Indoor positioning is a big part of the industrial sector's digital transformation. From logistics to health care, tracking objects, assets and people accurately and cheaply could save companies time, money, and resources.
Professor Xavier Vilajosana coordinates the university's participation in a new European project that's working on indoor environments.
With DUNE, deep learning is combined with distributed computing, which takes advantage of both cloud and edge computing. These are computer architectures that operate on remote servers and close to where the data is generated. The goal is to create a flexible system that can adapt to different use cases.
"There are lots of technological approaches today that use radio signals to get the relative positions between objects. Technology is so vast and there are so many ways to use it, with so many budgets and environments, that we have to build a powerful framework for managing location data in real time from all kinds of technologies," said Xavier Vilajosana. "At the same time, it's flexible enough to meet multiple industrial needs and economically affordable," he explained.
Using deep learning to help with positioning
By analyzing the point of view of the receiver, indoor asset location deduces what direction the signals emitted by objects are coming from and estimates their position. A major challenge with this technology is the wide margin of error caused by obstacles between the transmitter and receiver, especially in industrial environments, and multipath propagation. Radio waves can travel by more than one path and reach the antenna at different times with multipath propagation.
Due to this, signal processing is crucial-without it, ambiguities arise, leading to errors in object placement. The DUNE system uses deep learning techniques at various stages of the location process to handle this challenge. A deep learning algorithm learns from input and uses that knowledge to make inferences based on new information. "Different approaches are used to process the data, like deep learning, which trains position estimates to find the best location for the tracked objects," said the researcher.
Strategies for distributed computing
This project will also use edge and cloud computing. As a result, cloud computing processes won't take as long because the computation will be distributed in different nodes closer to the data source. This will cut down on servers' response times and bandwidth, and increase data security.
The system is completely distributed, and consists of different sensors and location technologies. In order to estimate their individual positions, these devices create raw data. Initially, data is processed at the "far-edge," which is near the antennas.
A locator's antennas pick up radio signals from sensors attached to objects or people to track. In order to calculate the angle that defines the direction of the signal, these data have to be transformed. According to Xavier Vilajosana, "in a perfect world, this transformation depends on the distance between the antennas and the radio frequency (wavelength).

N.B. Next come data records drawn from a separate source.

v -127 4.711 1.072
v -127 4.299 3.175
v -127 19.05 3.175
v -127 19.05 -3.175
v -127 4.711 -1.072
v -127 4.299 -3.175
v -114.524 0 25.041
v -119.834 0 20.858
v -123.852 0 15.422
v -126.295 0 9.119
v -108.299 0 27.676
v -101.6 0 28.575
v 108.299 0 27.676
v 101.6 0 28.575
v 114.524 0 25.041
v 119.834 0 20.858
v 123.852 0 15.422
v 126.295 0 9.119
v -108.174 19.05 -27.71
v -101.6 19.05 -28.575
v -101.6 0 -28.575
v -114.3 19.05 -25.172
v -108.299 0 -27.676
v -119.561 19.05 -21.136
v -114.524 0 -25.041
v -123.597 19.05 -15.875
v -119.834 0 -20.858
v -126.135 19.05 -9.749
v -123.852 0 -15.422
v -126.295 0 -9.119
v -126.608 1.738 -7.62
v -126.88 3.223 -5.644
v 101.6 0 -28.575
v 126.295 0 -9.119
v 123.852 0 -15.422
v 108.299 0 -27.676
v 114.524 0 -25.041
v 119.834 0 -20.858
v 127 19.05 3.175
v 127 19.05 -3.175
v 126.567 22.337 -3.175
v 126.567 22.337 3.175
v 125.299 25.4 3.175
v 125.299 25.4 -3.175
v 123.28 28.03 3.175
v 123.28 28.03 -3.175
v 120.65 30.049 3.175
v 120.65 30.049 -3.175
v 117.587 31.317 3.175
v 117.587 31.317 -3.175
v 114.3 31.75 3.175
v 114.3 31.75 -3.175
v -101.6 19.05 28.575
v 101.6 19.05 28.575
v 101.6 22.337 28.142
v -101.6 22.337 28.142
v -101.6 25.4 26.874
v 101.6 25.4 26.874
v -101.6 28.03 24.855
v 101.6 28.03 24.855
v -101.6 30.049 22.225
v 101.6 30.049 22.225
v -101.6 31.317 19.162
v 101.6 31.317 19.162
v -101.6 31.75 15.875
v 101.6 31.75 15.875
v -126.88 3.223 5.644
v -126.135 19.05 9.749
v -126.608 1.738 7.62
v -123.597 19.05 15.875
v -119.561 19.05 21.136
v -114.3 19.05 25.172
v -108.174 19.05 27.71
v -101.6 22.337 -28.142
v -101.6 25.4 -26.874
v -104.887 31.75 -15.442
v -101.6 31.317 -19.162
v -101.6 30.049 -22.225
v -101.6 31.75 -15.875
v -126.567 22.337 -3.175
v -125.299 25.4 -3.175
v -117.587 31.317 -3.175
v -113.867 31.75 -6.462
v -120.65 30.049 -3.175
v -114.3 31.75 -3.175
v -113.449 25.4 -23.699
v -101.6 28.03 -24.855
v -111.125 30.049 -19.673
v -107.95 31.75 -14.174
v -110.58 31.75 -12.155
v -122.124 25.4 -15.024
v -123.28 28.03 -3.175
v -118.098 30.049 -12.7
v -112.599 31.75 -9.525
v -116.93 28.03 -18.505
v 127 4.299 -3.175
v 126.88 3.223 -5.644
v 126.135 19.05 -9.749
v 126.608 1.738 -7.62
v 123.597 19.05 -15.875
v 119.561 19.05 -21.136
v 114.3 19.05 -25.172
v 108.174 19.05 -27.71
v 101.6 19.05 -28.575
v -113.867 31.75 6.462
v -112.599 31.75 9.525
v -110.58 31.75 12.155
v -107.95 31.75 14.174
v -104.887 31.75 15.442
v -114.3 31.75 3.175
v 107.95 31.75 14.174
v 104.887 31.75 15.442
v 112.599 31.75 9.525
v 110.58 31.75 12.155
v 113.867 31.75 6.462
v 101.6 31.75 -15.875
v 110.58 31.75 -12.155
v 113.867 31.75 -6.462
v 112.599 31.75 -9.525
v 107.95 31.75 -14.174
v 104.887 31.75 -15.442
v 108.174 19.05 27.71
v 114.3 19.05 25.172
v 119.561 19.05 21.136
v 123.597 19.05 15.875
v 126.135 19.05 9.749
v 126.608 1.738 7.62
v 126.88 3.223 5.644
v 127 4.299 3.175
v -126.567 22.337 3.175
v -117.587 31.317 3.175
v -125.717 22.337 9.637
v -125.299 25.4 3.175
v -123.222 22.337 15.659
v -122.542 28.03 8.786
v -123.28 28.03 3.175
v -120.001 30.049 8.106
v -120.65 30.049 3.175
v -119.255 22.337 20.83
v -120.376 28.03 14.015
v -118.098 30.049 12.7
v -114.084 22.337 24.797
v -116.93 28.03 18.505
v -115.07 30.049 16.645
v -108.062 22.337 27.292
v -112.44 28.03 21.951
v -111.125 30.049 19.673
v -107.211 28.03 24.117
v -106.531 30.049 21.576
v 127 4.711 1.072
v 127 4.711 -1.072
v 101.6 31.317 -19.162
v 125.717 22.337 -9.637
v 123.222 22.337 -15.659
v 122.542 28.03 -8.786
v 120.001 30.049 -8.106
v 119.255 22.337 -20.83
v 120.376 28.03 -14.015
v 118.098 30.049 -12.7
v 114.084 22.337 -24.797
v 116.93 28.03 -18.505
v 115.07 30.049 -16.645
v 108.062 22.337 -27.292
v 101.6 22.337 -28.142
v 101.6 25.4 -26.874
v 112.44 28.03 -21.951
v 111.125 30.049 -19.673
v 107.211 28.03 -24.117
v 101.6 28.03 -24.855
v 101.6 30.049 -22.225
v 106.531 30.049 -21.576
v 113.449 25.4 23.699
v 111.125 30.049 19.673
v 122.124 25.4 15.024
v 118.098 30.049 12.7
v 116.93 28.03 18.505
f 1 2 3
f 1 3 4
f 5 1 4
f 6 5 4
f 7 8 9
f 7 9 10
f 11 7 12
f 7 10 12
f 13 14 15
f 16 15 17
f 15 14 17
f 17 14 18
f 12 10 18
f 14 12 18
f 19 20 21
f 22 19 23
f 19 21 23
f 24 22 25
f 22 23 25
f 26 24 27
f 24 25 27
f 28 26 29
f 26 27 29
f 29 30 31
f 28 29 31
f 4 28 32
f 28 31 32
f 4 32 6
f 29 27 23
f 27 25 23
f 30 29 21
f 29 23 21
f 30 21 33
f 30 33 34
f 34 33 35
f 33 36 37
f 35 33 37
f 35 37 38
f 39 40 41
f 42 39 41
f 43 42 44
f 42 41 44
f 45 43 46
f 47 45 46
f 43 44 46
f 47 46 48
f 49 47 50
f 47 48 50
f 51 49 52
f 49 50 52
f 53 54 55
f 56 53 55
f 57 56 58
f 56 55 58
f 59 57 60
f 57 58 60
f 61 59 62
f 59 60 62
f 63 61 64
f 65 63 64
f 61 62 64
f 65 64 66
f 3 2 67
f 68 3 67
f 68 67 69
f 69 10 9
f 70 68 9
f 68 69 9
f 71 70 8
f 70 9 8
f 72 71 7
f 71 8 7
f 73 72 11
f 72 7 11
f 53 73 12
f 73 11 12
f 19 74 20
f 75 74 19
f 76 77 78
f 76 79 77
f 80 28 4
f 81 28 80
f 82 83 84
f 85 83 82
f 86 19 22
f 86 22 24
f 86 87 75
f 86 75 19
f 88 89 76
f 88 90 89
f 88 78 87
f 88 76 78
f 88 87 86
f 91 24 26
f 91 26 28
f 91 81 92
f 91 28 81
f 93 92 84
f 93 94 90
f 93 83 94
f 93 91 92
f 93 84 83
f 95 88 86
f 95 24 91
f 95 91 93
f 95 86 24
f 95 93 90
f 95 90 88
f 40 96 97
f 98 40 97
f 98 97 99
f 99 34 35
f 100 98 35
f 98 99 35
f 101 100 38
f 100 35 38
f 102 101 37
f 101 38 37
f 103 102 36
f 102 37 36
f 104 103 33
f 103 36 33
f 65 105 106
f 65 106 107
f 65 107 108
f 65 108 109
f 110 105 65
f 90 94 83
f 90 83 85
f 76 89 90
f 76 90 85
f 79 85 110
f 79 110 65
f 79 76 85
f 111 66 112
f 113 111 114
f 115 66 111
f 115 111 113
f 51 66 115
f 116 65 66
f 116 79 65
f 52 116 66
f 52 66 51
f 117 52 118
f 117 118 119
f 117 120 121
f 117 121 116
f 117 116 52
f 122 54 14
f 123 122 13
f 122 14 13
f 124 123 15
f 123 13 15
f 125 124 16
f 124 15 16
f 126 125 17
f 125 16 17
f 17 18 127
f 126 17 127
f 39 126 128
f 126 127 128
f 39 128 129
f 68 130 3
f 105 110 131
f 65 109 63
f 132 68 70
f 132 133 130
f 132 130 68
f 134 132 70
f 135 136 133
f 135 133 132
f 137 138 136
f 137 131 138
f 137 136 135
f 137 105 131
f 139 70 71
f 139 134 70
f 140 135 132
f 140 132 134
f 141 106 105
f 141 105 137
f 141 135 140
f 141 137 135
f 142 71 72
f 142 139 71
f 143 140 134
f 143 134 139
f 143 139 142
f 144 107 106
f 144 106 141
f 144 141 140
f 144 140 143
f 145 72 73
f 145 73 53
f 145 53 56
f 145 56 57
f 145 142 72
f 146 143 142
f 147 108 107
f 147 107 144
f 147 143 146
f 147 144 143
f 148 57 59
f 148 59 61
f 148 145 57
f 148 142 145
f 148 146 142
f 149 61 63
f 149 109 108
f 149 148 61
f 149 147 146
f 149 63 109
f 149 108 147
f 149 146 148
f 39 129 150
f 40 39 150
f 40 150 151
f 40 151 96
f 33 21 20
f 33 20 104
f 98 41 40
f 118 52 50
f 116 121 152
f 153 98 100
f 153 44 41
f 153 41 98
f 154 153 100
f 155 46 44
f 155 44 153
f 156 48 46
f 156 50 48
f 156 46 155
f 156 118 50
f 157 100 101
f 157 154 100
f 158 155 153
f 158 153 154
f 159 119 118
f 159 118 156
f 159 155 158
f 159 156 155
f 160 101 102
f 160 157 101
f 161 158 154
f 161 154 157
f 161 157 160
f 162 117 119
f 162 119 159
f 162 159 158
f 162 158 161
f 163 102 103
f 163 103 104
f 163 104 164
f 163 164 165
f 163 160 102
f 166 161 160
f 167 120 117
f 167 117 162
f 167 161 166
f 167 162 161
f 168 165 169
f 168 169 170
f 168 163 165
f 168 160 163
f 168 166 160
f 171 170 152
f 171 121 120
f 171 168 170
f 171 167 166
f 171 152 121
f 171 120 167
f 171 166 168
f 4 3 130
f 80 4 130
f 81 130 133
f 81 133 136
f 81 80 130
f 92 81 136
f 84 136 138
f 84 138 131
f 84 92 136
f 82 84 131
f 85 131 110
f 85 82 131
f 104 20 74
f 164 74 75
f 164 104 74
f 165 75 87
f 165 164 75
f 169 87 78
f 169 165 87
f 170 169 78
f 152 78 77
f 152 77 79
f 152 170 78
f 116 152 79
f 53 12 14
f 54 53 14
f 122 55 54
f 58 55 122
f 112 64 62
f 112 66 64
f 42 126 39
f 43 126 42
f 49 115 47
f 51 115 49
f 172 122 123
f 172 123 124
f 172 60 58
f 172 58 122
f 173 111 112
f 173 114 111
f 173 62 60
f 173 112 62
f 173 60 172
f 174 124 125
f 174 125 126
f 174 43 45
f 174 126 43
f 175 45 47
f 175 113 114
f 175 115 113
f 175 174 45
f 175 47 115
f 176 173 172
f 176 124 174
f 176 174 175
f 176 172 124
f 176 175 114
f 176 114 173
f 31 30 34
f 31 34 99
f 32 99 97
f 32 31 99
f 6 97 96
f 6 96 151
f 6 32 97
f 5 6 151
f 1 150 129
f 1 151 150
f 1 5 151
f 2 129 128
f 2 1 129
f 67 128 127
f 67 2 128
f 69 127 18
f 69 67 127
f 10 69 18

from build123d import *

# Parameters (mm, degrees)
SKETCH1_W               = 254
SKETCH1_H               = 57.15
BOSS_EXTRUDE1_DEPTH     = 31.75
FILLET1_R               = 12.7
FILLET2_R               = 25.4
CUT_EXTRUDE1_DEPTH      = 134.991018822
CUT_EXTRUDE1_DEPTH_BACK = 134.991018822
SKETCH2_R               = 11.1125


with BuildPart() as part:
    # Sketch1 → Boss-Extrude1 (new body)
    with BuildSketch(Plane(origin=(0, 0, 0), x_dir=(1, 0, 0), z_dir=(0, 1, 0))):
        Rectangle(SKETCH1_W, SKETCH1_H)
    extrude(amount=BOSS_EXTRUDE1_DEPTH)

    # Fillet1
    fillet1_edges = [part.edges().sort_by_distance(p)[0] for p in [
        (-127, 31.75, 0),
        (0, 31.75, 28.575),
        (127, 31.75, 0),
        (0, 31.75, -28.575),
    ]]
    fillet(fillet1_edges, radius=FILLET1_R)

    # Fillet2
    # the kernel refuses this fillet: 25.4 mm, written as the material it takes off along each edge
    with BuildSketch(Plane(origin=(101.6, 31.75, -3.175), x_dir=(1, 0, 0), z_dir=(0, 0, 1))) as fillet2_piece_1:
        with BuildLine():
            CenterArc((12.7, -12.7), 12.7, 0, 90)
            Line((25.4, -12.7), (25.4, 0))
            Line((25.4, 0), (12.7, 0))
        make_face()
    revolve(axis=Axis((101.6, 31.75, -3.175), (0, 1, 0)), revolution_arc=90, mode=Mode.SUBTRACT)
    with BuildSketch(Plane(origin=(101.6, 31.75, 3.175), x_dir=(0, 0, 1), z_dir=(-1, 0, 0))) as fillet2_piece_2:
        with BuildLine():
            CenterArc((12.7, -12.7), 12.7, 0, 90)
            Line((25.4, -12.7), (25.4, 0))
            Line((25.4, 0), (12.7, 0))
        make_face()
    revolve(axis=Axis((101.6, 31.75, 3.175), (0, 1, 0)), revolution_arc=90, mode=Mode.SUBTRACT)
    with BuildSketch(Plane(origin=(-101.6, 31.75, -3.175), x_dir=(0, 0, -1), z_dir=(1, 0, 0))) as fillet2_piece_3:
        with BuildLine():
            CenterArc((12.7, -12.7), 12.7, 0, 90)
            Line((25.4, -12.7), (25.4, 0))
            Line((25.4, 0), (12.7, 0))
        make_face()
    revolve(axis=Axis((-101.6, 31.75, -3.175), (0, 1, 0)), revolution_arc=90, mode=Mode.SUBTRACT)
    with BuildSketch(Plane(origin=(-101.6, 31.75, 3.175), x_dir=(-1, 0, 0), z_dir=(0, 0, -1))) as fillet2_piece_4:
        with BuildLine():
            CenterArc((12.7, -12.7), 12.7, 0, 90)
            Line((25.4, -12.7), (25.4, 0))
            Line((25.4, 0), (12.7, 0))
        make_face()
    revolve(axis=Axis((-101.6, 31.75, 3.175), (0, 1, 0)), revolution_arc=90, mode=Mode.SUBTRACT)
    with BuildSketch(Plane(origin=(-127, -63.5, 28.575), x_dir=(0, 0, -1), z_dir=(0, 1, 0)), Plane(origin=(-127, -63.5, -28.575), x_dir=(1, 0, 0), z_dir=(0, 1, 0))) as fillet2_piece_5:
        with BuildLine():
            CenterArc((FILLET2_R, -FILLET2_R), FILLET2_R, 90, 90)
            Line((0, -FILLET2_R), (0, 0))
            Line((0, 0), (FILLET2_R, 0))
        make_face()
    extrude(amount=95.25, mode=Mode.SUBTRACT)
    with BuildSketch(Plane(origin=(127, -63.5, -28.575), x_dir=(-1, 0, 0), z_dir=(0, 1, 0)), Plane(origin=(127, -63.5, 28.575), x_dir=(0, 0, -1), z_dir=(0, 1, 0))) as fillet2_piece_6:
        with BuildLine():
            CenterArc((FILLET2_R, FILLET2_R), FILLET2_R, 180, 90)
            Line((0, FILLET2_R), (0, 0))
            Line((0, 0), (FILLET2_R, 0))
        make_face()
    extrude(amount=95.25, mode=Mode.SUBTRACT)

    # Sketch2 → Cut-Extrude1 (cut, two sides: drawn at the far end of the back side and taken through both)
    with BuildSketch(Plane(origin=(0, 0, 0), x_dir=(0, 0, -1), z_dir=(1, 0, 0)).offset(-CUT_EXTRUDE1_DEPTH_BACK)):
        with Locations((0, -6.35)):
            Circle(SKETCH2_R)
    extrude(amount=CUT_EXTRUDE1_DEPTH + CUT_EXTRUDE1_DEPTH_BACK, mode=Mode.SUBTRACT)


solid = part.part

Deep learning can be a very valuable tool for estimating object positions accurately when addressing these problems, he said.
In order to improve performance, other "edge" devices process and aggregate data in real-time. Here's another filtering step to improve signal translation and to incorporate different technologies, like deep learning.
A cloud-based infrastructure
These edge devices send real-time positions to a cloud infrastructure that's connected to the factory or warehouse's info systems. Using artificial intelligence in the cloud, you can fix, improve, classify, detect anomalies, and optimize operations.
Cloud infrastructure displays and tracks objects, and connects and interconnects them with other subsystems, like inventory in factories and warehouses.
Bench for large-scale testing
Throughout the 12-month project, this technological proposal will be evaluated in different scenarios, and the results will be compared to other current technology solutions. The research group will start with tests in its own lab, and then large-scale tests will be done in a building designed just for this type of experiment, with 1,000 square meters and the capacity to evaluate a bunch of different technologies.